Actually, due to the variety and diversity of incomplete data from multiple views, it is quite challenging to utilize incomplete data to its full potential which makes the model more robust in severe scenarios with high missing rates. To make up for the lack of complete data pairs and comprehensively utilize the hidden information in incomplete data, contrastive learning has been applied in IMC Lin et al. [2021]; Chen et al. [2020]; Tian et al. [2020]; Xu et al. [2021]; Yuan et al. [2021]. However, while learning consistency from different views, contrastive learning in the feature space will result in the loss of complementary information. We map datasets into multiple-view joint subspaces constructed using auto-encoding representation learning, and then leverage the Generative Adversarial Network (GAN) Goodfellow et al. [2014] to fill in the incomplete data to the auto-encoding representation of contrastive learning.
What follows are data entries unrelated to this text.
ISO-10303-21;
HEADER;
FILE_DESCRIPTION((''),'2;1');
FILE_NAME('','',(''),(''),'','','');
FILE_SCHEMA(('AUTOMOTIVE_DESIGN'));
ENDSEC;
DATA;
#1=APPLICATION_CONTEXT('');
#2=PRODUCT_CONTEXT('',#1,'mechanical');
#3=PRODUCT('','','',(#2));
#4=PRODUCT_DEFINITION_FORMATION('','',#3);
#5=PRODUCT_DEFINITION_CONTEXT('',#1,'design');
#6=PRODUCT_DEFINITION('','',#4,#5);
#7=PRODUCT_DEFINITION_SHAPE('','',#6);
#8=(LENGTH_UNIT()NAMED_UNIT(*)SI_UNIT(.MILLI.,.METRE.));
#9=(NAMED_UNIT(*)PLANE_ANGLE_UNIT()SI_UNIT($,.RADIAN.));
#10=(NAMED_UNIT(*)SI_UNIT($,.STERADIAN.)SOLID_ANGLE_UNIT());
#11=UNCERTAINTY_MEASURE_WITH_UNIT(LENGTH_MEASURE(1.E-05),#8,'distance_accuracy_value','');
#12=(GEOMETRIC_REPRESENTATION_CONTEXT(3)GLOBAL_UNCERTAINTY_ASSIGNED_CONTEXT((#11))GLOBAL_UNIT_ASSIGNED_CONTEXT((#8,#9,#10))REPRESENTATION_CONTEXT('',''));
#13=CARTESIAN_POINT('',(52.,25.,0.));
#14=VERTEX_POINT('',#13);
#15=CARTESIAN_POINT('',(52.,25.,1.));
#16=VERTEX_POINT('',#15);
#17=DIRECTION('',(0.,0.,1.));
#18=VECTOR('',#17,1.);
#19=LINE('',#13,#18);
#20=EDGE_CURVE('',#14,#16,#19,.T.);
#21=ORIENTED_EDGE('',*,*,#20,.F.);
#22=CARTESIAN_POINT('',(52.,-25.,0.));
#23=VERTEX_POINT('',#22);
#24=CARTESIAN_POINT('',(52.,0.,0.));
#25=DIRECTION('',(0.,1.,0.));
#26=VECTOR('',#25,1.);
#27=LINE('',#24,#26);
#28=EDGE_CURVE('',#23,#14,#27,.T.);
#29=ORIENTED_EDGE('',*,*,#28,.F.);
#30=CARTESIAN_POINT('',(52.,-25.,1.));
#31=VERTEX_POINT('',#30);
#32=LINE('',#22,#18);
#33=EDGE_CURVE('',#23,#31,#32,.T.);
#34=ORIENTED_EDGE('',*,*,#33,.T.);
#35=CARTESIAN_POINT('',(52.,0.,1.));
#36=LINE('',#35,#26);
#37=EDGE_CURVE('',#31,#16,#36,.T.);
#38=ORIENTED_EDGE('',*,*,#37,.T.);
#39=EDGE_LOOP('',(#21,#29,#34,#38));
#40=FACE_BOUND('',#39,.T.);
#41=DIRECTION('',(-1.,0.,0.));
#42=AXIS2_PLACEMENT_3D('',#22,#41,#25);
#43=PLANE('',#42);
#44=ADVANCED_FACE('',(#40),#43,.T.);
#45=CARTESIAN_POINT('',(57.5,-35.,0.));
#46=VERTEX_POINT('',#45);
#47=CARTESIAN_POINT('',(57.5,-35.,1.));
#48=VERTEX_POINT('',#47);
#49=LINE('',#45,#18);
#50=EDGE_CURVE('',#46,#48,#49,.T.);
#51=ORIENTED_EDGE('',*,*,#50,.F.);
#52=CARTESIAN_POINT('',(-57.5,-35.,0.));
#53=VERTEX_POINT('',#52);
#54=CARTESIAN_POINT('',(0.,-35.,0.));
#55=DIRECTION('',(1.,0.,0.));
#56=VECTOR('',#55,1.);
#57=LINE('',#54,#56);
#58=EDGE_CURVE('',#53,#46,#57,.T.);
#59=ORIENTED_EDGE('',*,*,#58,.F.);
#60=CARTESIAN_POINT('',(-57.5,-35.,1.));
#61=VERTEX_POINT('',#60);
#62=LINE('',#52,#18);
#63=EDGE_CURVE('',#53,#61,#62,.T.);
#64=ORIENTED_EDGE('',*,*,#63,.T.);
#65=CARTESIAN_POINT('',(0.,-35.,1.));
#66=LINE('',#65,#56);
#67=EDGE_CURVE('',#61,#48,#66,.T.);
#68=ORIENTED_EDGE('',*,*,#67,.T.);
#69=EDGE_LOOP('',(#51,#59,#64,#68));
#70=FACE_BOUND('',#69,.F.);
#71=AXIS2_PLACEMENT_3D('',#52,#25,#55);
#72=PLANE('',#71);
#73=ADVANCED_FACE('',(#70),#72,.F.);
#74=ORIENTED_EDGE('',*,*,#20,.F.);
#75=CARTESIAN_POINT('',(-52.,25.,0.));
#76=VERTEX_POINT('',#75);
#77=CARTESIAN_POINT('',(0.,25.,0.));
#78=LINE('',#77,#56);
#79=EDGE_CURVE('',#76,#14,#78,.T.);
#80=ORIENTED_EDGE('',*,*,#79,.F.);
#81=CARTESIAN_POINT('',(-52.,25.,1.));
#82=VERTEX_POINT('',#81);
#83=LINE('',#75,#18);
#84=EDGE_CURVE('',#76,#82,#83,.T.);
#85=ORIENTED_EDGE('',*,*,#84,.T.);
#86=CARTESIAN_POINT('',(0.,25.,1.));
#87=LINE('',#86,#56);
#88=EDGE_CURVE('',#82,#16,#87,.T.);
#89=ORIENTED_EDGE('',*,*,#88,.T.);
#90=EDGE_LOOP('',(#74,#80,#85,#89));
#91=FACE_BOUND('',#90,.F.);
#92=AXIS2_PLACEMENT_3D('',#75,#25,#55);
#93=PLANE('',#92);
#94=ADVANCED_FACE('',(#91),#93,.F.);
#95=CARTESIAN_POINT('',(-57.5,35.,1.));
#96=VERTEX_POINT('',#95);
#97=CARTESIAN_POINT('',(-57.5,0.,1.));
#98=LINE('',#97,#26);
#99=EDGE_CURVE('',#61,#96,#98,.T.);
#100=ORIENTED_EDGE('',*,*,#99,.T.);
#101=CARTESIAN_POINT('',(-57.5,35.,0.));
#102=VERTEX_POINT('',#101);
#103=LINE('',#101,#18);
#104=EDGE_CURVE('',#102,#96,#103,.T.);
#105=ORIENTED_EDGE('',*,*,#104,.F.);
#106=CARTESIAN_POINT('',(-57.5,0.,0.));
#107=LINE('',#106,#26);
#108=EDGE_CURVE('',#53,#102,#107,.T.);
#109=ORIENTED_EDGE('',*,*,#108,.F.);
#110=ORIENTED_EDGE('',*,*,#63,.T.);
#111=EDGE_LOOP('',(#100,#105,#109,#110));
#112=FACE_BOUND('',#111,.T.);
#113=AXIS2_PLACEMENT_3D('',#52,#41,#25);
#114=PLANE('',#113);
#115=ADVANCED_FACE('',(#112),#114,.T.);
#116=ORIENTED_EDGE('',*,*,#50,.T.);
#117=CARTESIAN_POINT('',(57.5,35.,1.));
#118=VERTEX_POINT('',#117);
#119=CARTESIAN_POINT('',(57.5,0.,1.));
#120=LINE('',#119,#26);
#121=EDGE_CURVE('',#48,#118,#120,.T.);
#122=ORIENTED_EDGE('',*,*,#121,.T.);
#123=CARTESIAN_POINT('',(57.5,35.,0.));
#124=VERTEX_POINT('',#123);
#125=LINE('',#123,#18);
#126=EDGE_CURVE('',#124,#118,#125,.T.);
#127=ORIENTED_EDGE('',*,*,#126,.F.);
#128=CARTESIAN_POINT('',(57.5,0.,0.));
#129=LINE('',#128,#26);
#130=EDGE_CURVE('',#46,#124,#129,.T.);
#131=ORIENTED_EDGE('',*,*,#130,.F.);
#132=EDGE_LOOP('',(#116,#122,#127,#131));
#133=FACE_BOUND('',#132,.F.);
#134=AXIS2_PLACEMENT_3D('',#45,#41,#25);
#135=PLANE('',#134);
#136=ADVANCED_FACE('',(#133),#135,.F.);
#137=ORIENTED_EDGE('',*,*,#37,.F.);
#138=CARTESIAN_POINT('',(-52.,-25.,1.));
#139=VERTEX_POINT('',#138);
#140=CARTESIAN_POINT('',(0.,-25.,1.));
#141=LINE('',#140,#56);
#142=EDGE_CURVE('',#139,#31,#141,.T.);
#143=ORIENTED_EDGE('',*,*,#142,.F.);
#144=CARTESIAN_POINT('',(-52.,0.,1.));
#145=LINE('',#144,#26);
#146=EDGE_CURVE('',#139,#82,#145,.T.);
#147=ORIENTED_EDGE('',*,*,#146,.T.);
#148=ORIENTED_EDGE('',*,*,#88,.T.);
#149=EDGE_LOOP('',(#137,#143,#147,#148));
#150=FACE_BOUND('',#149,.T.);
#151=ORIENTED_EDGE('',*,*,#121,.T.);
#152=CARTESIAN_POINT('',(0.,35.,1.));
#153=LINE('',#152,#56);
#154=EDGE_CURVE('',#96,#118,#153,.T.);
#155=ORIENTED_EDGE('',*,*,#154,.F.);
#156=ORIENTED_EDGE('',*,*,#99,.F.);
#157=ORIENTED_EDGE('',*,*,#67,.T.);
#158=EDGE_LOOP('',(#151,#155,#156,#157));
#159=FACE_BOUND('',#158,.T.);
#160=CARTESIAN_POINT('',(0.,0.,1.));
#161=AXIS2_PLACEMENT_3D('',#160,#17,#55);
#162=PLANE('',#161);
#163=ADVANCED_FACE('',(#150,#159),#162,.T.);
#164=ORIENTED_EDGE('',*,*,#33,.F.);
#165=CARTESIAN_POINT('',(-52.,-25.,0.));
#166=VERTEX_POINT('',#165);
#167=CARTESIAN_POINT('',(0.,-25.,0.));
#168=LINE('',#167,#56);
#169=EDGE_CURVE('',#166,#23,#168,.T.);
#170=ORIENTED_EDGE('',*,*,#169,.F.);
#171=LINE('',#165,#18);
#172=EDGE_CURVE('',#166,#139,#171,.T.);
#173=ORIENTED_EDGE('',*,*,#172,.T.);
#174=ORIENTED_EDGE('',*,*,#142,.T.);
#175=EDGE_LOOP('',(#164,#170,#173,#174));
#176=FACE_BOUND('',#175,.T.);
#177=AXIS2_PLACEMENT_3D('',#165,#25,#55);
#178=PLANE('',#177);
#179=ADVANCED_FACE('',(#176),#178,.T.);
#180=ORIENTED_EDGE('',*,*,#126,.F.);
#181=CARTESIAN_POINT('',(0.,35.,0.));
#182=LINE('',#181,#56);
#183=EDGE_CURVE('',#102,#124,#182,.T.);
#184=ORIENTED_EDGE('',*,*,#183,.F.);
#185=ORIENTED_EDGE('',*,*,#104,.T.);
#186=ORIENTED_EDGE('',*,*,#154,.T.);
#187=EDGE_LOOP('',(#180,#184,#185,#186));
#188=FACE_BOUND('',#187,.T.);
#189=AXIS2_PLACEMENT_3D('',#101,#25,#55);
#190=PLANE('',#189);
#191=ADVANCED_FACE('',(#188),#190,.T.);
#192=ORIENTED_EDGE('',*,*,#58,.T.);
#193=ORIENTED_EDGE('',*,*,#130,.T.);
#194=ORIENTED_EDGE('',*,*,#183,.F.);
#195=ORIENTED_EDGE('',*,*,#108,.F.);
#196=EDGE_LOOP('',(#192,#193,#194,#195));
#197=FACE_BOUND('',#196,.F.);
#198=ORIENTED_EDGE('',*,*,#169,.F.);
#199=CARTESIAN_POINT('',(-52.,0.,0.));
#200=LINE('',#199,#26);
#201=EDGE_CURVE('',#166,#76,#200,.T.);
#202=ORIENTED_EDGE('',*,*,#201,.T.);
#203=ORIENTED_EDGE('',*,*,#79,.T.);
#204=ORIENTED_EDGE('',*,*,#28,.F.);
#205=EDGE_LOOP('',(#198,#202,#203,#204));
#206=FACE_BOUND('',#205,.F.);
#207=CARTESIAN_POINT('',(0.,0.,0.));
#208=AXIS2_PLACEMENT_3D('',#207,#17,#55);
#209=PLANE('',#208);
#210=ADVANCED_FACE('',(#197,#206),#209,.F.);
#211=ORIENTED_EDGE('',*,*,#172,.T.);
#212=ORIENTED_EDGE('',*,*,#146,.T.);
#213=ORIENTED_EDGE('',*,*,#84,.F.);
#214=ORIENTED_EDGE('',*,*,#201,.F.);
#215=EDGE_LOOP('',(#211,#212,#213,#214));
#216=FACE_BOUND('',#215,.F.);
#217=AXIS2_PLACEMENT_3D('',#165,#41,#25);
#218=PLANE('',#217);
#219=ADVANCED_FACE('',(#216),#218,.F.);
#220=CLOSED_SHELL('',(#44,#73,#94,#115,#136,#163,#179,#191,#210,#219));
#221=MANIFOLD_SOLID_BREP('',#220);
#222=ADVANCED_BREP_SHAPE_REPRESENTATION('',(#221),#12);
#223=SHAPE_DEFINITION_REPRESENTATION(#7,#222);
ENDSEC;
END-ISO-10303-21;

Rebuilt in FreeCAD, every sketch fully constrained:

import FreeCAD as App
import Part
import Sketcher
from FreeCAD import Vector

doc = App.newDocument("Part")
body = doc.addObject("PartDesign::Body", "Body")

sketch1 = doc.addObject("Sketcher::SketchObject", "Sketch")
body.addObject(sketch1)
sketch1.AttachmentSupport = (doc.XY_Plane, [""])
sketch1.MapMode = "FlatFace"
sketch1.addGeometry(Part.LineSegment(Vector(-58, 35, 0), Vector(-58, -35, 0)), False)
sketch1.addGeometry(Part.LineSegment(Vector(-58, -35, 0), Vector(58, -35, 0)), False)
sketch1.addGeometry(Part.LineSegment(Vector(58, -35, 0), Vector(58, 35, 0)), False)
sketch1.addGeometry(Part.LineSegment(Vector(58, 35, 0), Vector(-58, 35, 0)), False)
sketch1.addGeometry(Part.LineSegment(Vector(52, -25, 0), Vector(-52, -25, 0)), False)
sketch1.addGeometry(Part.LineSegment(Vector(-52, -25, 0), Vector(-52, 25, 0)), False)
sketch1.addGeometry(Part.LineSegment(Vector(-52, 25, 0), Vector(52, 25, 0)), False)
sketch1.addGeometry(Part.LineSegment(Vector(52, 25, 0), Vector(52, -25, 0)), False)
sketch1.addConstraint(Sketcher.Constraint("Coincident", 0, 2, 1, 1))
sketch1.addConstraint(Sketcher.Constraint("Coincident", 1, 2, 2, 1))
sketch1.addConstraint(Sketcher.Constraint("Coincident", 2, 2, 3, 1))
sketch1.addConstraint(Sketcher.Constraint("Coincident", 3, 2, 0, 1))
sketch1.addConstraint(Sketcher.Constraint("Coincident", 4, 2, 5, 1))
sketch1.addConstraint(Sketcher.Constraint("Coincident", 5, 2, 6, 1))
sketch1.addConstraint(Sketcher.Constraint("Coincident", 6, 2, 7, 1))
sketch1.addConstraint(Sketcher.Constraint("Coincident", 7, 2, 4, 1))
sketch1.addConstraint(Sketcher.Constraint("Vertical", 0))
sketch1.addConstraint(Sketcher.Constraint("Horizontal", 1))
sketch1.addConstraint(Sketcher.Constraint("Vertical", 2))
sketch1.addConstraint(Sketcher.Constraint("Horizontal", 3))
sketch1.addConstraint(Sketcher.Constraint("Horizontal", 4))
sketch1.addConstraint(Sketcher.Constraint("Vertical", 5))
sketch1.addConstraint(Sketcher.Constraint("Horizontal", 6))
sketch1.addConstraint(Sketcher.Constraint("Vertical", 7))
sketch1.addConstraint(Sketcher.Constraint("Symmetric", 0, 2, 2, 2, -1, 1))
sketch1.addConstraint(Sketcher.Constraint("Symmetric", 4, 2, 6, 2, -1, 1))
sketch1.addConstraint(Sketcher.Constraint("DistanceX", 1, 1, 1, 2, 115.0))
sketch1.addConstraint(Sketcher.Constraint("DistanceX", 4, 2, 4, 1, 104.0))
sketch1.addConstraint(Sketcher.Constraint("DistanceY", 0, 2, 0, 1, 70.0))
sketch1.addConstraint(Sketcher.Constraint("DistanceY", 5, 1, 5, 2, 50.0))
pad1 = doc.addObject("PartDesign::Pad", "Pad")
body.addObject(pad1)
pad1.Profile = sketch1
pad1.Length = 1

doc.recompute()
In this way, the data diversity of each view is completely maintained in our framework by reconstructing its high-dimensional latent representation back to the view, which enables us to contain more complimentary information and use its latent representation to construct a contrastive learning module. The above design allows the representations learned by our framework to be complementary yet consistent. Ultimately, a new self-supervised IMC framework, named Contrastive Incomplete Multi-View Image Clustering with Generative Adversarial Network (CIMIC-GAN), is proposed. It integrates several view-specific autoencoders, mutually symmetric prediction models, and GAN into a double contrastive complementary learning for self-supervised IMC.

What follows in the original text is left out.